* [Task to complete]: Return, word for word, only the lines of the data below that lie between the line with "#99=EDGE_LOOP('',(#98));" and the line with "#128=EDGE_LOOP('',(#127));", those two lines included.

---- Data for this task

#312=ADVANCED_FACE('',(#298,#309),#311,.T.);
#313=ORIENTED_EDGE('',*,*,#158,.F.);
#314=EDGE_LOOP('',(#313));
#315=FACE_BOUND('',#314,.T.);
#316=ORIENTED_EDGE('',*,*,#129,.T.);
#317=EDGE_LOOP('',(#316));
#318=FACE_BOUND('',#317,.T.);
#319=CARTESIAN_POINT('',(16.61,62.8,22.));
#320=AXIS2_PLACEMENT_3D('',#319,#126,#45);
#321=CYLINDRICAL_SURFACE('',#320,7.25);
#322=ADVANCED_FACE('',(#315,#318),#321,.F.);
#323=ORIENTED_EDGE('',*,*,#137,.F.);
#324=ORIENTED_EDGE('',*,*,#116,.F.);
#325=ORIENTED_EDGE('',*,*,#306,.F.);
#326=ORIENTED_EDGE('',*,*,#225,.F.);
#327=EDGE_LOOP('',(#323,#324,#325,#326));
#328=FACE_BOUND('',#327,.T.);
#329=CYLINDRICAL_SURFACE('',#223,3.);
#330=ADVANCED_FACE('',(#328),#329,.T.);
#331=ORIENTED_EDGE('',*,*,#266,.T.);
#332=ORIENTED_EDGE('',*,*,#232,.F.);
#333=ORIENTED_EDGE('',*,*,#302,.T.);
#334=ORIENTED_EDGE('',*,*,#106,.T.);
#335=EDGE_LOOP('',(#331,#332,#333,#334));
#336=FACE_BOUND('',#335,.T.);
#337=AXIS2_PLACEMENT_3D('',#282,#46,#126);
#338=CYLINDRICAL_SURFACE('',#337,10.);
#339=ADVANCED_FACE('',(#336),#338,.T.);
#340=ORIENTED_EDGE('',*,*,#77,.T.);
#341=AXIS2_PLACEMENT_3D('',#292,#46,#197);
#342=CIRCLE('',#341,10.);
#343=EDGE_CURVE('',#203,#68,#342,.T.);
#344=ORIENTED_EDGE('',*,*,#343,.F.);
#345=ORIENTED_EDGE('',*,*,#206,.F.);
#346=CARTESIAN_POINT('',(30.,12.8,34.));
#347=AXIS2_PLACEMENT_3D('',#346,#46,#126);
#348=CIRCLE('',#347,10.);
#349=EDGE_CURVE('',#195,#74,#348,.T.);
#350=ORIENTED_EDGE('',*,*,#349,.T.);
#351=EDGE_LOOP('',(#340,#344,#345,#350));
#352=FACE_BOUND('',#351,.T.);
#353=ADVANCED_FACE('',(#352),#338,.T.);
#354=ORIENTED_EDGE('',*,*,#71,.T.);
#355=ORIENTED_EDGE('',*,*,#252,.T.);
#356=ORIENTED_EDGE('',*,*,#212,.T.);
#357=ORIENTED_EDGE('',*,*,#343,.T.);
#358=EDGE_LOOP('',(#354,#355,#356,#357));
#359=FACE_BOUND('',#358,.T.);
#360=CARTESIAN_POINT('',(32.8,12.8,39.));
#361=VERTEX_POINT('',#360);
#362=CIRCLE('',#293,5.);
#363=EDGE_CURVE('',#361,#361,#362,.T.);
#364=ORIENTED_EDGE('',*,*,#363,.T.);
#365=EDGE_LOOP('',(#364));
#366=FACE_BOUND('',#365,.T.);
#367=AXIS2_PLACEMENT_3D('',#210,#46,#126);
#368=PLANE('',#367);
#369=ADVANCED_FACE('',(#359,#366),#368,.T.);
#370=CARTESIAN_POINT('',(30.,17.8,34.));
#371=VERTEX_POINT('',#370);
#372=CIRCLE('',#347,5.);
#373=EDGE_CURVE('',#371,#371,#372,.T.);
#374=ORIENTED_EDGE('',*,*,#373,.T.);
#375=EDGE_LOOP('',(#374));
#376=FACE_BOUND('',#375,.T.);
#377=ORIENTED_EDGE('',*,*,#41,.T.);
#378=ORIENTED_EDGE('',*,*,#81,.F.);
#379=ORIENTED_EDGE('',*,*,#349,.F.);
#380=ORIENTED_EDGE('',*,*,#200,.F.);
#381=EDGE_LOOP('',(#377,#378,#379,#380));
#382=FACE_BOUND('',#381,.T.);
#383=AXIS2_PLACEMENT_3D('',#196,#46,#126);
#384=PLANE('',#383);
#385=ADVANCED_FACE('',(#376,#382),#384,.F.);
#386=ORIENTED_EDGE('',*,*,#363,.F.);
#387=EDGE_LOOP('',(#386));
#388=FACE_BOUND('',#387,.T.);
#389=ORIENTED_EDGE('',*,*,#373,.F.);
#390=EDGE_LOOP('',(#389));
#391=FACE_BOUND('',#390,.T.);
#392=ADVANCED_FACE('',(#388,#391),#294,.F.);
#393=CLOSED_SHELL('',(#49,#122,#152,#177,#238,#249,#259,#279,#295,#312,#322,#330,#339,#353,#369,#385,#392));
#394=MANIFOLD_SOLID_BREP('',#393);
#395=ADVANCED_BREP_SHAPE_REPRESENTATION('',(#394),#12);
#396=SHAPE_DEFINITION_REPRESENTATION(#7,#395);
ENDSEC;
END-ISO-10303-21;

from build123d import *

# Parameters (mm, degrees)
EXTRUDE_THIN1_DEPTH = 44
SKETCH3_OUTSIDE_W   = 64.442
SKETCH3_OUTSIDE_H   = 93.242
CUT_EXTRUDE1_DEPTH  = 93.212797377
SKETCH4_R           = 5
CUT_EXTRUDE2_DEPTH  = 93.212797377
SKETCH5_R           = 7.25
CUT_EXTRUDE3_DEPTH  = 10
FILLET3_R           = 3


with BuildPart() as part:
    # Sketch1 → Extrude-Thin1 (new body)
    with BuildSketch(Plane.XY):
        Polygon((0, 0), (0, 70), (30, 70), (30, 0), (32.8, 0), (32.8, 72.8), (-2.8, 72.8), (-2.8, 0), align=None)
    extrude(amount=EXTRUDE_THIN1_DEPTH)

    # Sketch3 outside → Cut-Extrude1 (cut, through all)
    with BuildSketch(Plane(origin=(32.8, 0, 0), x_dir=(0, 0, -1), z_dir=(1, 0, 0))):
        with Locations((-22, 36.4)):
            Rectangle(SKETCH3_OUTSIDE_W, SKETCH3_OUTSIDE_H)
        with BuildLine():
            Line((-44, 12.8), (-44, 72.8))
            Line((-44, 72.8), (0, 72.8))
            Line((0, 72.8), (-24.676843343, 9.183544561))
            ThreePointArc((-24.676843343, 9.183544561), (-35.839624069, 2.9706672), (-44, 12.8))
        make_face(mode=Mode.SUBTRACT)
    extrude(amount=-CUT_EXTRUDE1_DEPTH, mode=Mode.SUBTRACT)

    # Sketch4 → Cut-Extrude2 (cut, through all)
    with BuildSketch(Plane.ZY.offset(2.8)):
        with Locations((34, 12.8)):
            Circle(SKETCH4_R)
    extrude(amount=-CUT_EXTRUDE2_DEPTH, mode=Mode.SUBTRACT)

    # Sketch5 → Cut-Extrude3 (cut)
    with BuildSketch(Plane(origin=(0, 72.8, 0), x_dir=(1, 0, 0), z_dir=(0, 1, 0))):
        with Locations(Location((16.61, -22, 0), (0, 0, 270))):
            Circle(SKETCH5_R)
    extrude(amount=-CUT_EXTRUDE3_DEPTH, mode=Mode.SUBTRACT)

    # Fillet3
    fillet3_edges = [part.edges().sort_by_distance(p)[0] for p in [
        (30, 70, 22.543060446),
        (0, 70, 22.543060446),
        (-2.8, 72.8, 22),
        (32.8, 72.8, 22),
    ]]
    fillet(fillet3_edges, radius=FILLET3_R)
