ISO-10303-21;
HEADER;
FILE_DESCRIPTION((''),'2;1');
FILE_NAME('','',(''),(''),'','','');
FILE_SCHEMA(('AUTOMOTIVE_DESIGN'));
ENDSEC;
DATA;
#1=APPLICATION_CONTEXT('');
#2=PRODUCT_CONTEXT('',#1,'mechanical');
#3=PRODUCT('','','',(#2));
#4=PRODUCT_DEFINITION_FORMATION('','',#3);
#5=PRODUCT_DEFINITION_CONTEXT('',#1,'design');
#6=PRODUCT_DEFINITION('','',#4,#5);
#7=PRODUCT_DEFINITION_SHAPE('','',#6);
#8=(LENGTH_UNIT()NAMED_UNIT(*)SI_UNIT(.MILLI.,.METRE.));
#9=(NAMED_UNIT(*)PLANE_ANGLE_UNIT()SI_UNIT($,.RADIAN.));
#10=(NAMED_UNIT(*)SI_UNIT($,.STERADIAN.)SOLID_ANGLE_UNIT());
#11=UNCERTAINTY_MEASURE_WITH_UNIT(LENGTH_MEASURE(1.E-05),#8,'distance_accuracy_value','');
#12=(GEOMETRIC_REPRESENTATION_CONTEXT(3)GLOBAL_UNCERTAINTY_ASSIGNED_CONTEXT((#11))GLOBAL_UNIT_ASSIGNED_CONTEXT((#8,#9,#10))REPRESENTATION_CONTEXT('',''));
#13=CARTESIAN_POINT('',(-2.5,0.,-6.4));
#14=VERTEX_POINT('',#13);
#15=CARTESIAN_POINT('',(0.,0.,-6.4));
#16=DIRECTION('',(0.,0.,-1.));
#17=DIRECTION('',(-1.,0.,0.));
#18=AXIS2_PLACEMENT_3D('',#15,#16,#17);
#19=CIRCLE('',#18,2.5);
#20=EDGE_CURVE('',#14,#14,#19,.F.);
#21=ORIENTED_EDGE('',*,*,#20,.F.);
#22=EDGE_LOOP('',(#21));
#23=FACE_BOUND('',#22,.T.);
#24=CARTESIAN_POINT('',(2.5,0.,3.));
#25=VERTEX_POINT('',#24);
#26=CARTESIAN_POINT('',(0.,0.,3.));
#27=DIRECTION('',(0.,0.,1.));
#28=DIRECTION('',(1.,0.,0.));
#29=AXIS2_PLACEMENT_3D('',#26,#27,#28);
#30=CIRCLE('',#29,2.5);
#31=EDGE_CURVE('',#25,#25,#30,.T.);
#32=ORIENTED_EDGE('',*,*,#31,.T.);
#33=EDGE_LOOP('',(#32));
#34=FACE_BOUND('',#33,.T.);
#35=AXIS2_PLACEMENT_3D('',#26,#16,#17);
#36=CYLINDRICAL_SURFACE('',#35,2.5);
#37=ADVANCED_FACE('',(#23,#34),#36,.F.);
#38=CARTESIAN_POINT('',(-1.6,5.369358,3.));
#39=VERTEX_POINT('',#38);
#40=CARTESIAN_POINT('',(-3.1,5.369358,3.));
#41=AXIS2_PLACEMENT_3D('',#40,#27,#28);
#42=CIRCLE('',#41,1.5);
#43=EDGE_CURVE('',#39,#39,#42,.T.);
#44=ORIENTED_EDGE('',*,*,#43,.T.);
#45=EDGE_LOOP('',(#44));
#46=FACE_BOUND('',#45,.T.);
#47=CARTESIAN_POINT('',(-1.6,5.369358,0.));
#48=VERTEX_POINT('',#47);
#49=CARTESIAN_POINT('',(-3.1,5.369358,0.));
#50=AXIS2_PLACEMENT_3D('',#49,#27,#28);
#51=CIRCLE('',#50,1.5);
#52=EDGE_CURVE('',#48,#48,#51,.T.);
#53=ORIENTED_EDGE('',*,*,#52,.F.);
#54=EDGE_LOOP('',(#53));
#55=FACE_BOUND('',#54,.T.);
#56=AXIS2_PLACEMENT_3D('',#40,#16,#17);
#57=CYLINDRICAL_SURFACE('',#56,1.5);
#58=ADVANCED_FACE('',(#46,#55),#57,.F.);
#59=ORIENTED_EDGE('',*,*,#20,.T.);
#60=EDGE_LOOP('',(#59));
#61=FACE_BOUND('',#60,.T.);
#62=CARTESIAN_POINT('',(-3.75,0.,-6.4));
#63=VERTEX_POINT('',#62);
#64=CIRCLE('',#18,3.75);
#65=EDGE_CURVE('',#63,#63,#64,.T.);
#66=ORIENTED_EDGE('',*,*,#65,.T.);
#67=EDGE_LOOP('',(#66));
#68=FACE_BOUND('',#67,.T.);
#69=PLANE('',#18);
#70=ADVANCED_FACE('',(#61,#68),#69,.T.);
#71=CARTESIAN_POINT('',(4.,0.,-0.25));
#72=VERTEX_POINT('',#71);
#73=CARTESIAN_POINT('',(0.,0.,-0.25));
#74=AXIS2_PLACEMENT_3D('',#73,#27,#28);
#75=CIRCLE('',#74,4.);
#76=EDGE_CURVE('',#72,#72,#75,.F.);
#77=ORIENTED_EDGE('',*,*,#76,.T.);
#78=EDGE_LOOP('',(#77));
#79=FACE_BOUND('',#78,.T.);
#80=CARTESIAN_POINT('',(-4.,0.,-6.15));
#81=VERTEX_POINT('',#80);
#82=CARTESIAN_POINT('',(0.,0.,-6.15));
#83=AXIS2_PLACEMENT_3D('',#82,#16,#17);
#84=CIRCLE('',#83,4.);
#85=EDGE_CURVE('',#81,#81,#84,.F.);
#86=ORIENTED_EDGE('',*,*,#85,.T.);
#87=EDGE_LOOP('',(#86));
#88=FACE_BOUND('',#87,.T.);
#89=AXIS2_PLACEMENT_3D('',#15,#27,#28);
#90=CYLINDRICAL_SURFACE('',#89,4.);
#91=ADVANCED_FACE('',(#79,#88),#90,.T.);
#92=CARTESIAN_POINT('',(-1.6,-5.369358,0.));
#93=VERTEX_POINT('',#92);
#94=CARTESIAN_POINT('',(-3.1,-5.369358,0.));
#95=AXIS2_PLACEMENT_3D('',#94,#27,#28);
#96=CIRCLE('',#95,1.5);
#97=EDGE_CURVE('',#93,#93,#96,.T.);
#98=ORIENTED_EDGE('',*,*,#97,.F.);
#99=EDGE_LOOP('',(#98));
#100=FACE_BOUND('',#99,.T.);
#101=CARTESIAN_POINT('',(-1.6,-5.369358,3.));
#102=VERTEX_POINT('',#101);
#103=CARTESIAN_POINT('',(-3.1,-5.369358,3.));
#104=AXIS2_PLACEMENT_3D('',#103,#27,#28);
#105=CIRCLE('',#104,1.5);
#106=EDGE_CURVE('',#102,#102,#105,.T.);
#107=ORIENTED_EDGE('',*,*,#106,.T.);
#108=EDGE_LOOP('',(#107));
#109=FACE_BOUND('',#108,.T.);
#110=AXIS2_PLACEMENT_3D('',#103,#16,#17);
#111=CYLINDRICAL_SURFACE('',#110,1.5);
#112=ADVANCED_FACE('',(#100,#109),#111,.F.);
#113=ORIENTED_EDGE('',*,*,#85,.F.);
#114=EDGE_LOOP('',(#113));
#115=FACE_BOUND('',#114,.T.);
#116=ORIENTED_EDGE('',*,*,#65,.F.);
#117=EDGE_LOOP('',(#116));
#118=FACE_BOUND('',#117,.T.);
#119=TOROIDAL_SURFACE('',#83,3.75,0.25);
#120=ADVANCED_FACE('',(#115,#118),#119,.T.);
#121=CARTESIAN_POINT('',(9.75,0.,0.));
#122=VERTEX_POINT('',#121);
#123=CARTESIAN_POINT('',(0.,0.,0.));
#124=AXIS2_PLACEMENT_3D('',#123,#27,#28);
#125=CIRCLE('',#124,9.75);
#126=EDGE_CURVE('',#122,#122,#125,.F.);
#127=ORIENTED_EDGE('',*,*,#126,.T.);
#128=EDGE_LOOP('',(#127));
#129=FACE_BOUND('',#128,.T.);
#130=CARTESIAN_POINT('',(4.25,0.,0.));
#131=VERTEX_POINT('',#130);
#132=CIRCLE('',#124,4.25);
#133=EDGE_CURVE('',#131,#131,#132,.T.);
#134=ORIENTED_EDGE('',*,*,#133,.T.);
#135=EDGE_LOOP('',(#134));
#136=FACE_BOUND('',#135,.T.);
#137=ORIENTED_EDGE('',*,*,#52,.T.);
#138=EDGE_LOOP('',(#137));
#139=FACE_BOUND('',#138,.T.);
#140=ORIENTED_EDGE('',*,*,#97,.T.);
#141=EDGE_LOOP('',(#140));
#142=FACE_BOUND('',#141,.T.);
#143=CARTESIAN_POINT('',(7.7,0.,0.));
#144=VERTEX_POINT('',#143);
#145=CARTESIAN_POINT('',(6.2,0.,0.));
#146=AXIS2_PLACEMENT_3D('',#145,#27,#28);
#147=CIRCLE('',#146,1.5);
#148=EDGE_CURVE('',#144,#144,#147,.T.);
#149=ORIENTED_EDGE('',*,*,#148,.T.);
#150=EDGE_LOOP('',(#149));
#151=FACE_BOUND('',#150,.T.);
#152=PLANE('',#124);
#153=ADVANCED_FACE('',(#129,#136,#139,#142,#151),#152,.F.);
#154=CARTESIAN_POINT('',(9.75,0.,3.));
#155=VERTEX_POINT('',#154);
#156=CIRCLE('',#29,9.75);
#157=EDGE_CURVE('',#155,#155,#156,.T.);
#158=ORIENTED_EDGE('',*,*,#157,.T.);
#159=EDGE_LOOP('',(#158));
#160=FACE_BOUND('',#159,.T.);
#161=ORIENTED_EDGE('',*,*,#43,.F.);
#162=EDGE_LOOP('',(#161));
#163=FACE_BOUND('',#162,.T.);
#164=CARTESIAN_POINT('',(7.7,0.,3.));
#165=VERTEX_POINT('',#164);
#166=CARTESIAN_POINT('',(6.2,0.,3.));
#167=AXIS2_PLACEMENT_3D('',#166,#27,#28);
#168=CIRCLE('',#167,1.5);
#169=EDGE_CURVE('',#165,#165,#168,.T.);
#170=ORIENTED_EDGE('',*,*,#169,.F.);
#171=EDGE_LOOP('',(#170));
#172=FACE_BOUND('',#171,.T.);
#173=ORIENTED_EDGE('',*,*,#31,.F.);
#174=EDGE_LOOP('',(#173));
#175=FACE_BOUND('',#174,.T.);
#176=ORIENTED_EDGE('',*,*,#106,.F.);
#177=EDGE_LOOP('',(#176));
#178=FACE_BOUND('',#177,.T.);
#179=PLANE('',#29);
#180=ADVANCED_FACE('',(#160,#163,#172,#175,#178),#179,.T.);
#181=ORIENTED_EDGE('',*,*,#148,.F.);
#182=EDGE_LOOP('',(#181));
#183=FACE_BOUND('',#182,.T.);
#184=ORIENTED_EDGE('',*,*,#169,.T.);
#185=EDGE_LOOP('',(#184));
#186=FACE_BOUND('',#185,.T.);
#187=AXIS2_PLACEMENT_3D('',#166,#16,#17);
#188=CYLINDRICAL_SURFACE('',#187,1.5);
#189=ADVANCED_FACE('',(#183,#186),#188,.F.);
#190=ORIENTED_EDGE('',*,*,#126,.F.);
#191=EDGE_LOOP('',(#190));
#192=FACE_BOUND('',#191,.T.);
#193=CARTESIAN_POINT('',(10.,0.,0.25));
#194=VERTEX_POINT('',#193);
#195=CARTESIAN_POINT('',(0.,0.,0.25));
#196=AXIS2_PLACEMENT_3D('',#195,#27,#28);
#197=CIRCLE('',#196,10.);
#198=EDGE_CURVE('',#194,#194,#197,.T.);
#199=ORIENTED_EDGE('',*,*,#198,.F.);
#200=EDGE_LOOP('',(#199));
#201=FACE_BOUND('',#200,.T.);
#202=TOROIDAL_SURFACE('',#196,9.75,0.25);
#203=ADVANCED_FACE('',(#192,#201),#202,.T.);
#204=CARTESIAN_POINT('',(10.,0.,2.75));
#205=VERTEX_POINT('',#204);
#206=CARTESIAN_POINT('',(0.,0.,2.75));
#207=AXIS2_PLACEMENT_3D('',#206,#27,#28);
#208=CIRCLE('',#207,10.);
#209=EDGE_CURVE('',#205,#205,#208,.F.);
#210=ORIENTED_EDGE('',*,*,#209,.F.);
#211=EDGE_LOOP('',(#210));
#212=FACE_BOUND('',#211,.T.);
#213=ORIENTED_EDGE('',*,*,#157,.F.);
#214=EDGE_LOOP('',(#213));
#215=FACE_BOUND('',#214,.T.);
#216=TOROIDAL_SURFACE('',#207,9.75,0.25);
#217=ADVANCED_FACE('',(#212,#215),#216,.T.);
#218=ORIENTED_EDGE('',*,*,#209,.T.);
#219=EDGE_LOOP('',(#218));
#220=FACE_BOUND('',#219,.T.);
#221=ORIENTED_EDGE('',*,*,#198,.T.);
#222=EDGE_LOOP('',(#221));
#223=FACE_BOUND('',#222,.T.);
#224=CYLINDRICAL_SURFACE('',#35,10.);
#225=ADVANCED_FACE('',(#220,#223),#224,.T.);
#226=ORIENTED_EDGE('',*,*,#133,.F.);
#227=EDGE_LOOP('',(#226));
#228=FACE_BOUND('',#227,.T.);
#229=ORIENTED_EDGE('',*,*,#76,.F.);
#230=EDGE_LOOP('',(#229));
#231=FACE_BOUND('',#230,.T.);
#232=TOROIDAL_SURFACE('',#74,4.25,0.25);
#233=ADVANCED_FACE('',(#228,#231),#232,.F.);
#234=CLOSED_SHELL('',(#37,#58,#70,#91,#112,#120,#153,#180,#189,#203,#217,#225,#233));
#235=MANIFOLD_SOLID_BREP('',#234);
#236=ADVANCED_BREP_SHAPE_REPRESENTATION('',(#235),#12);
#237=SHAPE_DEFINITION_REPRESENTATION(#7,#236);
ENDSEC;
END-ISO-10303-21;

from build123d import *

# Parameters (mm, degrees)
SKETCH1_R           = 10
SKETCH1_R_2         = 2.5
SKETCH1_R_3         = 1.5
BOSS_EXTRUDE1_DEPTH = 3
SKETCH2_R           = 4
SKETCH2_R_2         = 2.5
BOSS_EXTRUDE2_DEPTH = 6.4
FILLET1_R           = 0.25
FILLET2_R           = 0.25
FILLET3_R           = 0.25


with BuildPart() as part:
    # Sketch1 → Boss-Extrude1 (new body)
    with BuildSketch(Plane.XY):
        Circle(SKETCH1_R)
        Circle(SKETCH1_R_2, mode=Mode.SUBTRACT)
        with Locations((6.2, 0)):
            Circle(SKETCH1_R_3, mode=Mode.SUBTRACT)
        with Locations((-3.1, -5.369357503)):
            Circle(SKETCH1_R_3, mode=Mode.SUBTRACT)
        with Locations((-3.1, 5.369357503)):
            Circle(SKETCH1_R_3, mode=Mode.SUBTRACT)
    extrude(amount=BOSS_EXTRUDE1_DEPTH)

    # Sketch2 → Boss-Extrude2 (add)
    with BuildSketch(Plane(origin=(0, 0, 0), x_dir=(-1, 0, 0), z_dir=(0, 0, -1))):
        Circle(SKETCH2_R)
        Circle(SKETCH2_R_2, mode=Mode.SUBTRACT)
    extrude(amount=BOSS_EXTRUDE2_DEPTH)

    # Fillet1
    fillet1_edges = [part.edges().sort_by_distance(p)[0] for p in [
        (4, 0, 0),
    ]]
    fillet(fillet1_edges, radius=FILLET1_R)

    # Fillet2
    fillet2_edges = [part.edges().sort_by_distance(p)[0] for p in [
        (4, 0, -6.4),
    ]]
    fillet(fillet2_edges, radius=FILLET2_R)

    # Fillet3
    fillet3_edges = [part.edges().sort_by_distance(p)[0] for p in [
        (-10, 0, 0),
        (-10, 0, 3),
    ]]
    fillet(fillet3_edges, radius=FILLET3_R)


solid = part.part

--------

* [Completed task]:
#99=EDGE_LOOP('',(#98));
#100=FACE_BOUND('',#99,.T.);
#101=CARTESIAN_POINT('',(-1.6,-5.369358,3.));
#102=VERTEX_POINT('',#101);
#103=CARTESIAN_POINT('',(-3.1,-5.369358,3.));
#104=AXIS2_PLACEMENT_3D('',#103,#27,#28);
#105=CIRCLE('',#104,1.5);
#106=EDGE_CURVE('',#102,#102,#105,.T.);
#107=ORIENTED_EDGE('',*,*,#106,.T.);
#108=EDGE_LOOP('',(#107));
#109=FACE_BOUND('',#108,.T.);
#110=AXIS2_PLACEMENT_3D('',#103,#16,#17);
#111=CYLINDRICAL_SURFACE('',#110,1.5);
#112=ADVANCED_FACE('',(#100,#109),#111,.F.);
#113=ORIENTED_EDGE('',*,*,#85,.F.);
#114=EDGE_LOOP('',(#113));
#115=FACE_BOUND('',#114,.T.);
#116=ORIENTED_EDGE('',*,*,#65,.F.);
#117=EDGE_LOOP('',(#116));
#118=FACE_BOUND('',#117,.T.);
#119=TOROIDAL_SURFACE('',#83,3.75,0.25);
#120=ADVANCED_FACE('',(#115,#118),#119,.T.);
#121=CARTESIAN_POINT('',(9.75,0.,0.));
#122=VERTEX_POINT('',#121);
#123=CARTESIAN_POINT('',(0.,0.,0.));
#124=AXIS2_PLACEMENT_3D('',#123,#27,#28);
#125=CIRCLE('',#124,9.75);
#126=EDGE_CURVE('',#122,#122,#125,.F.);
#127=ORIENTED_EDGE('',*,*,#126,.T.);
#128=EDGE_LOOP('',(#127));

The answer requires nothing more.